# 100,000 points lighter today



## jmbgeg (Jul 16, 2010)

Booked two 2011 LD deluxe bedroom awards today.

In February, SPK-LAX round trip (with a paid LuxBus connection to Las Vegas). In June, SPK-NOL RT.

Now I need some double and triple miles promotions to replenish my account.


----------



## Guest (Jul 16, 2010)

Are you giving up on the trip to Florida? ^_^


----------



## jmbgeg (Jul 17, 2010)

Guest said:


> Are you giving up on the trip to Florida? ^_^


Yes, as AGR. No, not as paid or partially paid.


----------



## the_traveler (Jul 17, 2010)

jmbgeg said:


> Booked two 2011 LD deluxe bedroom awards today.


If you had wanted to just get rid of points that bad, I would have taken them off your hands for you!


----------



## jmbgeg (Jul 17, 2010)

the_traveler said:


> jmbgeg said:
> 
> 
> > Booked two 2011 LD deluxe bedroom awards today.
> ...


Nope. These are not trips for trips sake. Both are business trips to meetings that in 2010 I probably would have paid $2k+ each for. The fruits of past travels. Great room selection booking early. On the NOLA trip I got all E's. No A's. Way too many A's recently.


----------



## had8ley (Jul 17, 2010)

I'm sure Alan will correct me if this is not correct; the last time I tried to run away from Bedroom "A" the res agent had to book A,B,C,D and then cancel them all to get to E. Maybe you can ask; NO is just half of a four letter word. Good luck !


----------



## jmbgeg (Jul 17, 2010)

had8ley said:


> I'm sure Alan will correct me if this is not correct; the last time I tried to run away from Bedroom "A" the res agent had to book A,B,C,D and then cancel them all to get to E. Maybe you can ask; NO is just half of a four letter word. Good luck !


I had NO problems. Told them up front that I wanted nothing to do with A's. First reservation they gave me all E's. Second, a mix, but no A's. Perfection.


----------



## Bigval109 (Jul 17, 2010)

the_traveler said:


> jmbgeg said:
> 
> 
> > Booked two 2011 LD deluxe bedroom awards today.
> ...


Me too I only need 12,000 points for my reward trip in May 2011. I have enough points for going I'm short on points for coming back.


----------



## AlanB (Jul 17, 2010)

Jay,

The agent you had didn't know what they were doing. Any agent can pull any specific room that they want, or rather the customer wants, from inventory.

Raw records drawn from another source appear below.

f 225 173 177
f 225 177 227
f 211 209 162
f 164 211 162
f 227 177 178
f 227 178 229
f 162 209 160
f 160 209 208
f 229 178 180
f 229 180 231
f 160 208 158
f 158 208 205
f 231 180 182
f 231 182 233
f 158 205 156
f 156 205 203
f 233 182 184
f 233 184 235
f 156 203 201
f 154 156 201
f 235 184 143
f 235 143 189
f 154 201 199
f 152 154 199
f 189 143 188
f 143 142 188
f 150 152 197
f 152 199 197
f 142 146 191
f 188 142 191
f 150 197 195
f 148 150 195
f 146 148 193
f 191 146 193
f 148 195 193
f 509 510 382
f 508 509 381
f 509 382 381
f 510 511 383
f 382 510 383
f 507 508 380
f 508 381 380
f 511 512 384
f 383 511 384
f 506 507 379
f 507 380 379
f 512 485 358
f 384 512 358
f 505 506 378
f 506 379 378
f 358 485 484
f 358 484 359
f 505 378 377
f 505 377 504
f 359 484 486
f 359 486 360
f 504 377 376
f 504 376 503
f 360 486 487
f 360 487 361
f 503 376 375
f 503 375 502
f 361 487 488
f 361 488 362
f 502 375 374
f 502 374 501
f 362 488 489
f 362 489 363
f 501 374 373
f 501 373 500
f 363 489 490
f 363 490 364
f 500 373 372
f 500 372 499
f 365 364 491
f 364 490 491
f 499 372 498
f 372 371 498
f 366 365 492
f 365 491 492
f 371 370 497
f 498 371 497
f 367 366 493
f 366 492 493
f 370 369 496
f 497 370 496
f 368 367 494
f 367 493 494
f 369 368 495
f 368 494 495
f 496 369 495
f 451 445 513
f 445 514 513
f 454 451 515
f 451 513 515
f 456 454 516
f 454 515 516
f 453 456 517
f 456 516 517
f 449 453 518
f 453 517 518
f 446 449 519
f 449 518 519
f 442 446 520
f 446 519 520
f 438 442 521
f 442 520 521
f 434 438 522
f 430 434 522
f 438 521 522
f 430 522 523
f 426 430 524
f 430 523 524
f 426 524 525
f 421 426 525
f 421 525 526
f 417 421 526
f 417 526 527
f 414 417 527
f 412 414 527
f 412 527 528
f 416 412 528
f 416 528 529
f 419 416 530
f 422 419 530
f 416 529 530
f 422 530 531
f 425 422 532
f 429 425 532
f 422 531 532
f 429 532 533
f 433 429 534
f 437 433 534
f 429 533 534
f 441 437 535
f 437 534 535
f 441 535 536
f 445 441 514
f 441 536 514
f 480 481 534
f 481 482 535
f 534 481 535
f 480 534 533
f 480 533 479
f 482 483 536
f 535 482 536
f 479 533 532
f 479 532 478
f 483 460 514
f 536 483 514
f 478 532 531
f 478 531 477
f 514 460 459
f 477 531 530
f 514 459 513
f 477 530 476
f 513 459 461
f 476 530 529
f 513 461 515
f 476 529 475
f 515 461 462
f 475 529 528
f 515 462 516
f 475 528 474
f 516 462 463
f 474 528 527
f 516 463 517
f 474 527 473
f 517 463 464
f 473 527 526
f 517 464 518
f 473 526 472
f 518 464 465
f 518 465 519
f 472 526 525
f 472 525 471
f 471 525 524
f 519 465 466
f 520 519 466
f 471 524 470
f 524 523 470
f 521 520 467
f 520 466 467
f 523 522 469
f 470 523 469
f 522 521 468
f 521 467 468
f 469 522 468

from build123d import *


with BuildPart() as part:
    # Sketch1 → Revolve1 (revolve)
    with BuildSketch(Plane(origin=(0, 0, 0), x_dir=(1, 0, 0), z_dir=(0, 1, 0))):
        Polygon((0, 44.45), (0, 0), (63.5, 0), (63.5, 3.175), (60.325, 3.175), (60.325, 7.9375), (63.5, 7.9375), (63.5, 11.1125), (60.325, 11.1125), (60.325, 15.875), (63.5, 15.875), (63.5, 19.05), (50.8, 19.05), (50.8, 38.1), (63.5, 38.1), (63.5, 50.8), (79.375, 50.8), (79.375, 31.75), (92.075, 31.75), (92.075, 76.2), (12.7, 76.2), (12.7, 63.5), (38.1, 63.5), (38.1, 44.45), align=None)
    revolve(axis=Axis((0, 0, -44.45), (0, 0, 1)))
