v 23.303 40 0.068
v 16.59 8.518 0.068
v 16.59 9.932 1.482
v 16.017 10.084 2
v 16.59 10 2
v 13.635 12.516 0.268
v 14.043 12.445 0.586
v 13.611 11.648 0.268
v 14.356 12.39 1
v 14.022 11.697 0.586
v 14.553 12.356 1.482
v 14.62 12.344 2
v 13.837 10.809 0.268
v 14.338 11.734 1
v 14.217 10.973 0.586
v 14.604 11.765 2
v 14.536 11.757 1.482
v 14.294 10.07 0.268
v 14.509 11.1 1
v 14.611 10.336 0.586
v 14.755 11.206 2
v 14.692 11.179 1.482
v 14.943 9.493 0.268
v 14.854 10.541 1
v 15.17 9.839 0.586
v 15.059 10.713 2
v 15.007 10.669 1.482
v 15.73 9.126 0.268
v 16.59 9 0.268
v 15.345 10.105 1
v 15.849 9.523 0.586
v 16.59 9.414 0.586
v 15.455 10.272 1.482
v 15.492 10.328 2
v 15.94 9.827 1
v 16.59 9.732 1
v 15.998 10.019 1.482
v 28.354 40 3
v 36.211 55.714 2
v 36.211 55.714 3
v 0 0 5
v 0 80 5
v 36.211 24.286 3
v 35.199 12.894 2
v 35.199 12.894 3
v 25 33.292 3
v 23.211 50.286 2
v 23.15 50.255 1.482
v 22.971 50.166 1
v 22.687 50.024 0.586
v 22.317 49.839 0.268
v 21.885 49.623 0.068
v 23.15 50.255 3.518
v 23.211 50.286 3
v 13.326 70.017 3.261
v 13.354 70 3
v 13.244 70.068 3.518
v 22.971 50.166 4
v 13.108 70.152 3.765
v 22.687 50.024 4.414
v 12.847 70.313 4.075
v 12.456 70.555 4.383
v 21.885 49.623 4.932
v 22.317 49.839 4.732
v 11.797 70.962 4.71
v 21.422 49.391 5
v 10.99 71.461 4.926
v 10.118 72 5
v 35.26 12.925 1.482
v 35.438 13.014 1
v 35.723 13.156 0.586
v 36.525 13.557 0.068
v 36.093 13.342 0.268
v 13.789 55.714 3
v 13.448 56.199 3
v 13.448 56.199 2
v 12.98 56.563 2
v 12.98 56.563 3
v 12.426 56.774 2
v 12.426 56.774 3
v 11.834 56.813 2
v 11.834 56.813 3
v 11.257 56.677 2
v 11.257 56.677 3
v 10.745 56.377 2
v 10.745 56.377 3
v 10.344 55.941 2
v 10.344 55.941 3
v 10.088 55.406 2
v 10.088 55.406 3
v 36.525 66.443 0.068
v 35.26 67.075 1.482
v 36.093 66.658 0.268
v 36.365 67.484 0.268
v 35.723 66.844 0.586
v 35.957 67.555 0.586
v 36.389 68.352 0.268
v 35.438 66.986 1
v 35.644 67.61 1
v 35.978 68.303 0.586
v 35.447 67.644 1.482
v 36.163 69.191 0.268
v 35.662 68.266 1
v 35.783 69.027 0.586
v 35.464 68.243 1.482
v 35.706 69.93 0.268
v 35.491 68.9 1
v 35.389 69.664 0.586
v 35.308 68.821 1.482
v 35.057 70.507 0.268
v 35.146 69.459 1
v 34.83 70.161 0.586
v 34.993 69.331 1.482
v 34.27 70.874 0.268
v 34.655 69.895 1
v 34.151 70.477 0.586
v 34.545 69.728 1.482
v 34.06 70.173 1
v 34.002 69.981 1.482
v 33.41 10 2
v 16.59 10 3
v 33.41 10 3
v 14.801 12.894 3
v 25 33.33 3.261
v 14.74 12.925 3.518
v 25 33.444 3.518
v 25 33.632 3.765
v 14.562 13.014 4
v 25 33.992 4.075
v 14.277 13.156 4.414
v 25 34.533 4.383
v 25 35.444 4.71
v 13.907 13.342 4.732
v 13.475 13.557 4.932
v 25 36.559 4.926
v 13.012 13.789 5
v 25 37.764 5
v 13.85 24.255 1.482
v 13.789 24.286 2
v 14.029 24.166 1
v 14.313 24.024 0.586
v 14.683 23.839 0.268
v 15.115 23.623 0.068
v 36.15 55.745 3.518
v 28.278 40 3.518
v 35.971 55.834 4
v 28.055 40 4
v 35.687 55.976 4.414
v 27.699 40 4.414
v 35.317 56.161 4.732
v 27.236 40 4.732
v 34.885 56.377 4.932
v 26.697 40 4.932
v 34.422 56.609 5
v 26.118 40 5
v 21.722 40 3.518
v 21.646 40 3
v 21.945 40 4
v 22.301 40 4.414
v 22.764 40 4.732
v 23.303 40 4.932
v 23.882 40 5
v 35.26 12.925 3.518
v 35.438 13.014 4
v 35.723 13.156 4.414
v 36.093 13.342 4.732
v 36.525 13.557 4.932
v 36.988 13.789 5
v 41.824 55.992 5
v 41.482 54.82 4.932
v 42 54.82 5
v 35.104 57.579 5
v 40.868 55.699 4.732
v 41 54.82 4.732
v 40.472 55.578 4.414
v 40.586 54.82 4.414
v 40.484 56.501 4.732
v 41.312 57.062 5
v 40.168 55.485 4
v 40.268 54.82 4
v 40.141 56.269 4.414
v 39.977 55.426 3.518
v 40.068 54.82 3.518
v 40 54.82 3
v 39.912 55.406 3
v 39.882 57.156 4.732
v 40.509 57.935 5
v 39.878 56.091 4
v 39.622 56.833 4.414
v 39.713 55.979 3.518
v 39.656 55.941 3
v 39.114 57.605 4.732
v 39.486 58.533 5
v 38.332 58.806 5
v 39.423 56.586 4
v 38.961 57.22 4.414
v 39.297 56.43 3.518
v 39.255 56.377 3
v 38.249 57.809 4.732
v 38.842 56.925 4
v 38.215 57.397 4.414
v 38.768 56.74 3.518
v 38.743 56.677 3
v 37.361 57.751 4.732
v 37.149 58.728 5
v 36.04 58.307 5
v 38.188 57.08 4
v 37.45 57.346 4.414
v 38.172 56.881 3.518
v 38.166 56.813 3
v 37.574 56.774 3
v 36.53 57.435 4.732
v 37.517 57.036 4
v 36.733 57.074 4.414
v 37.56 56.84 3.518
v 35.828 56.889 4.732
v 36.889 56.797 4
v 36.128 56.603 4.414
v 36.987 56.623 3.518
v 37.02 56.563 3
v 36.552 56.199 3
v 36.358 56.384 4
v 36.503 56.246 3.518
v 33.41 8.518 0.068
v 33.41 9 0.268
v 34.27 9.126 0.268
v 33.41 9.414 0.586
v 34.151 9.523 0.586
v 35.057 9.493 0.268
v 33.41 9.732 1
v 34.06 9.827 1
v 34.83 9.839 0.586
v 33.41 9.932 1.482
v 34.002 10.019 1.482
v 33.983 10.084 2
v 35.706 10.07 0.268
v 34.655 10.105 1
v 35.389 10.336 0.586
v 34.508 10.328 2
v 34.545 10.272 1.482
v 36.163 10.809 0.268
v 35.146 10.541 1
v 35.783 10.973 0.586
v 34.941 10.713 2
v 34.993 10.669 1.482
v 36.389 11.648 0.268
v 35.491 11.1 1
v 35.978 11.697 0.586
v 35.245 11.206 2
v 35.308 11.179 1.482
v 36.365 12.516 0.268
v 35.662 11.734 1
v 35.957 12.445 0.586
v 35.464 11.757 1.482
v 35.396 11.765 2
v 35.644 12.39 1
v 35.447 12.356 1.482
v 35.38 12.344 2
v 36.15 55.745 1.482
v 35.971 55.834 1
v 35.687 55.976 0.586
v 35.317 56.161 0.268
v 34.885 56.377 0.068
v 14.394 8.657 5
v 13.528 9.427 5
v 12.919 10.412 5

Yes, it's easier to let ARROW auggest the next roomette if the customer hasn't requested something special, but my understanding is that it's very easy to pull a specific room if need be.


----------



## jmbgeg (Jul 17, 2010)

AlanB said:


> Jay,
> 
> The agent you had didn't know what they were doing. Any agent can pull any specific room that they want, or rather the customer wants, from inventory.
> 
> Yes, it's easier to let ARROW auggest the next roomette if the customer hasn't requested something special, but my understanding is that it's very easy to pull a specific room if need be.


The key being no wAy.


----------



## had8ley (Jul 18, 2010)

AlanB said:


> Jay,
> 
> The agent you had didn't know what they were doing. Any agent can pull any specific room that they want, or rather the customer wants, from inventory.
> 
> Yes, it's easier to let ARROW auggest the next roomette if the customer hasn't requested something special, but my understanding is that it's very easy to pull a specific room if need be.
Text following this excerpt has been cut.